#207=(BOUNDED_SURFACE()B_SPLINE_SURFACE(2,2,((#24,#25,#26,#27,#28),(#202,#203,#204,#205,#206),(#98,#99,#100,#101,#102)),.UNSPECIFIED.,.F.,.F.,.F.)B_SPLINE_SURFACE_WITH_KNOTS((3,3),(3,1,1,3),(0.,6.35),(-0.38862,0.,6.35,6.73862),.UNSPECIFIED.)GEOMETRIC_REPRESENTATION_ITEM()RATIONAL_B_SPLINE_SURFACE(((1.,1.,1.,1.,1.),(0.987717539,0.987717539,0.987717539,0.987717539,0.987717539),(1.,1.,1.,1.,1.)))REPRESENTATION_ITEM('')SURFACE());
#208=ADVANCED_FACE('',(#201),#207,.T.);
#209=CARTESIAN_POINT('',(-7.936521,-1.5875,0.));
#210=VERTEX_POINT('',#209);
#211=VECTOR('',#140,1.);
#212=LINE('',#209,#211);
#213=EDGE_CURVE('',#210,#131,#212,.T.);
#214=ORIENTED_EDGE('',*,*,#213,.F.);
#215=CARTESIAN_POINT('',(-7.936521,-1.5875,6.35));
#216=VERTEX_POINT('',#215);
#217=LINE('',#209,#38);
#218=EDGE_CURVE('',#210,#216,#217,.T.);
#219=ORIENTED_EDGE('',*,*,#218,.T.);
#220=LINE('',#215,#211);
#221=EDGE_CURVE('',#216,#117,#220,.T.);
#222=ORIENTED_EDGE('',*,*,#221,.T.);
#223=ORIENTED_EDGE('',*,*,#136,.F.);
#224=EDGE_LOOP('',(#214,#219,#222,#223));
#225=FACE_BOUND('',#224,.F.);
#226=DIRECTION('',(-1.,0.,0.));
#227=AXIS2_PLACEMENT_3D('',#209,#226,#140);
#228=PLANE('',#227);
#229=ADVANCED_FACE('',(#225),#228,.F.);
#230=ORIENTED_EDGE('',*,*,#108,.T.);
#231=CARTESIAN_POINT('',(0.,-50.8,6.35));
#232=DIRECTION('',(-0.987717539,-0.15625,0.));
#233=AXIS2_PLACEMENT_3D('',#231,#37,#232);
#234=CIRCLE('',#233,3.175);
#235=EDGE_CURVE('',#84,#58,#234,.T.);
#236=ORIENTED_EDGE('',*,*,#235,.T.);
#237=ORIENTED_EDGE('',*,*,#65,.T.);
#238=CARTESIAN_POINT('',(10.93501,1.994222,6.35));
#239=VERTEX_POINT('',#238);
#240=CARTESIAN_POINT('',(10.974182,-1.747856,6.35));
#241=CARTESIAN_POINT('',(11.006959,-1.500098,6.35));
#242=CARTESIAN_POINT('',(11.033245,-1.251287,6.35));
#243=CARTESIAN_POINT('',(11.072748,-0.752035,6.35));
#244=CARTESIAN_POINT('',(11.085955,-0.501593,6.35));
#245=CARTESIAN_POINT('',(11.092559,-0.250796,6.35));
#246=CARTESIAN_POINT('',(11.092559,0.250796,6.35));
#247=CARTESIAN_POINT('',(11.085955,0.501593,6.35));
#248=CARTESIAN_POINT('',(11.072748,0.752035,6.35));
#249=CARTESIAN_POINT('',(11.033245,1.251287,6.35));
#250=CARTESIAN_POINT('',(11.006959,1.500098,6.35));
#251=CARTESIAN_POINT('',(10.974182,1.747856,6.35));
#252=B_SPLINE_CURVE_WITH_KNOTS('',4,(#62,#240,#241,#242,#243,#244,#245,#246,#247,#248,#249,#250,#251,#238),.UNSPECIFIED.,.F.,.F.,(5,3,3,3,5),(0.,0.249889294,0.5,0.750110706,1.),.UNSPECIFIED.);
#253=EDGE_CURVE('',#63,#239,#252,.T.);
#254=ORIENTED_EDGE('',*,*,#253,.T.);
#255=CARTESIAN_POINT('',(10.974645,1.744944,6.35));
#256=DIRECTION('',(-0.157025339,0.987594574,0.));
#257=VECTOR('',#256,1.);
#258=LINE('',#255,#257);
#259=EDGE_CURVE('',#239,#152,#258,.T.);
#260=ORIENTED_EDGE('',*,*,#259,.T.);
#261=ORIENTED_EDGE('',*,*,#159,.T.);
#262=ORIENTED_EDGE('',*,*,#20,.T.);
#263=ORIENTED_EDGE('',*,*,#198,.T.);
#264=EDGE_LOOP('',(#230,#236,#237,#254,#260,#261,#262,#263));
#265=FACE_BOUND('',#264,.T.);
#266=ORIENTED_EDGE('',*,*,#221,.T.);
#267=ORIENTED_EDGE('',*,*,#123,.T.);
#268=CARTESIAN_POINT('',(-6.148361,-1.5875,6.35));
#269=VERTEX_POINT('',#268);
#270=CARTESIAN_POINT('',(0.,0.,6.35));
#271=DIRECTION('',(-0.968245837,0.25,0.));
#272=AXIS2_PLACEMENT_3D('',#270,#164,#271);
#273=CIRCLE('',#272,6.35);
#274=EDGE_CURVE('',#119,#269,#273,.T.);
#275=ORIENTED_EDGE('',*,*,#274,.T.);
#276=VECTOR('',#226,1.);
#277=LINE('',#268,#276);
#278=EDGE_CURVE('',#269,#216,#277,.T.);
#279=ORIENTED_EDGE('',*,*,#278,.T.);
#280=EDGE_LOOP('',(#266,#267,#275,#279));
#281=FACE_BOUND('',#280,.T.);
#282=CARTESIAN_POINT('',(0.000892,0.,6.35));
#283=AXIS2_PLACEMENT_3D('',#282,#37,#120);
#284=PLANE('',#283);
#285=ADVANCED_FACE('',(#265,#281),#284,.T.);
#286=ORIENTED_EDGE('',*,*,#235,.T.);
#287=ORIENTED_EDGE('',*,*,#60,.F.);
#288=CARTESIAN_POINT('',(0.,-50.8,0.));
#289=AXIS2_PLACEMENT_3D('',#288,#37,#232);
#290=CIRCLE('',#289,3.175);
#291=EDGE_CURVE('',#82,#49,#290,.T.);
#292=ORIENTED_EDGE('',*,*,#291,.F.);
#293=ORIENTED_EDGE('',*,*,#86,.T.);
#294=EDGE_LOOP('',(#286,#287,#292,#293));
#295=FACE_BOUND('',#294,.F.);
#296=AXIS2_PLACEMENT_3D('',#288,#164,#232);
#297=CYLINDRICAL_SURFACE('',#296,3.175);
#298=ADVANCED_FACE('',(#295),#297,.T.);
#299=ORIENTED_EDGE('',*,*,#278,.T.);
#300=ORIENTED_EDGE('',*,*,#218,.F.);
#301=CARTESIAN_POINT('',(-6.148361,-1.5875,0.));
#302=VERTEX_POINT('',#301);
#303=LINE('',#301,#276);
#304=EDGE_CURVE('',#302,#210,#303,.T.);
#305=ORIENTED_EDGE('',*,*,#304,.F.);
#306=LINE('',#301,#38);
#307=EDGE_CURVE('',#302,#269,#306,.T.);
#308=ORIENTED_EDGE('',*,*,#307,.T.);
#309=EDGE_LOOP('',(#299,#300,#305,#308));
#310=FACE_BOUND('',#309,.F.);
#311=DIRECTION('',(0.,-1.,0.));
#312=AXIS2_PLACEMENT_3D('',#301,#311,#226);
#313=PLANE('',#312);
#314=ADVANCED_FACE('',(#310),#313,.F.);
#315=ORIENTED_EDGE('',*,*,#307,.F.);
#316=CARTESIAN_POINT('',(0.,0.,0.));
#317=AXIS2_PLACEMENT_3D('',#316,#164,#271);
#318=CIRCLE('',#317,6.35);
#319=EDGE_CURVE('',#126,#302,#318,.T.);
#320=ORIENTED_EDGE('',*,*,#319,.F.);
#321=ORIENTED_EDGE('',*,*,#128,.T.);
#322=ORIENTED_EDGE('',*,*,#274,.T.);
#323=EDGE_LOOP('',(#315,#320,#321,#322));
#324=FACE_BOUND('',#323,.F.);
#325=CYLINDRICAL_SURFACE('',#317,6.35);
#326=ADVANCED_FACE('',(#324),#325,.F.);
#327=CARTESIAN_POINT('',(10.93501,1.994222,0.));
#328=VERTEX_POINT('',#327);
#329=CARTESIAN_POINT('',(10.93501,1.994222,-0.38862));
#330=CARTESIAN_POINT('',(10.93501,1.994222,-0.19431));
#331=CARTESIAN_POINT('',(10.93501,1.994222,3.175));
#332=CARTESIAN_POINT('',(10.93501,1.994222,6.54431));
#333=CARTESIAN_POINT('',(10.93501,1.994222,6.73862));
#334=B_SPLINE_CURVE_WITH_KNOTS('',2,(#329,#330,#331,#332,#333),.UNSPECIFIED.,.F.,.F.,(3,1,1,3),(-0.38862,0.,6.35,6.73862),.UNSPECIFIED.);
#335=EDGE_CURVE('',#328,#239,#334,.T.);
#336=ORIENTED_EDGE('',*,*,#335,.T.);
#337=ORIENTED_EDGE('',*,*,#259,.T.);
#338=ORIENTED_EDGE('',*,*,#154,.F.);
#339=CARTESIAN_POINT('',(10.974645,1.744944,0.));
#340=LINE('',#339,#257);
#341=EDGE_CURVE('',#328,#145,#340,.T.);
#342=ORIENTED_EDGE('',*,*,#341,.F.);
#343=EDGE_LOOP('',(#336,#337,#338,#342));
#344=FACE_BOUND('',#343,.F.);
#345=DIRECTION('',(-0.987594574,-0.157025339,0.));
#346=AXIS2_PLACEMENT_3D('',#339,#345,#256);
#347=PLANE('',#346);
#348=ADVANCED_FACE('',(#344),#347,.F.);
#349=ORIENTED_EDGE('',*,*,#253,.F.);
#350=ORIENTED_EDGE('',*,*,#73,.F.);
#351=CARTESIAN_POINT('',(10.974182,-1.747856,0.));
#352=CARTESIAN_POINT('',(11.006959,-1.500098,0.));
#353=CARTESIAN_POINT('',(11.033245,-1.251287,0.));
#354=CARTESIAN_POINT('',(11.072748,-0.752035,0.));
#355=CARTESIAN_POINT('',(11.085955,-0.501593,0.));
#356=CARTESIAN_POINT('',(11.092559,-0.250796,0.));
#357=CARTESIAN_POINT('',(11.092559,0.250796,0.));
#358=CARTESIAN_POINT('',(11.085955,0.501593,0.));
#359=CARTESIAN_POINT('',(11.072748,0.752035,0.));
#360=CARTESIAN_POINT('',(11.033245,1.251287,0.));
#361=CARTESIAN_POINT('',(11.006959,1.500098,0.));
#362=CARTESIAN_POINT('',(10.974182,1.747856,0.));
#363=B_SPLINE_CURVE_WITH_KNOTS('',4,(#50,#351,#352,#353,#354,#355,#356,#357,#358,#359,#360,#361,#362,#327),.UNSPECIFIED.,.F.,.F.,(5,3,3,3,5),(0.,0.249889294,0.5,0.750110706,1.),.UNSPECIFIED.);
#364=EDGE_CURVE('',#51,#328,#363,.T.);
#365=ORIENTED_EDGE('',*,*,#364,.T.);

### Assignment
Scan the material above for the string "CIRCLE", and copy every line where it is found.

### Finished exercise
#234=CIRCLE('',#233,3.175);
#273=CIRCLE('',#272,6.35);
#290=CIRCLE('',#289,3.175);
#318=CIRCLE('',#317,6.35);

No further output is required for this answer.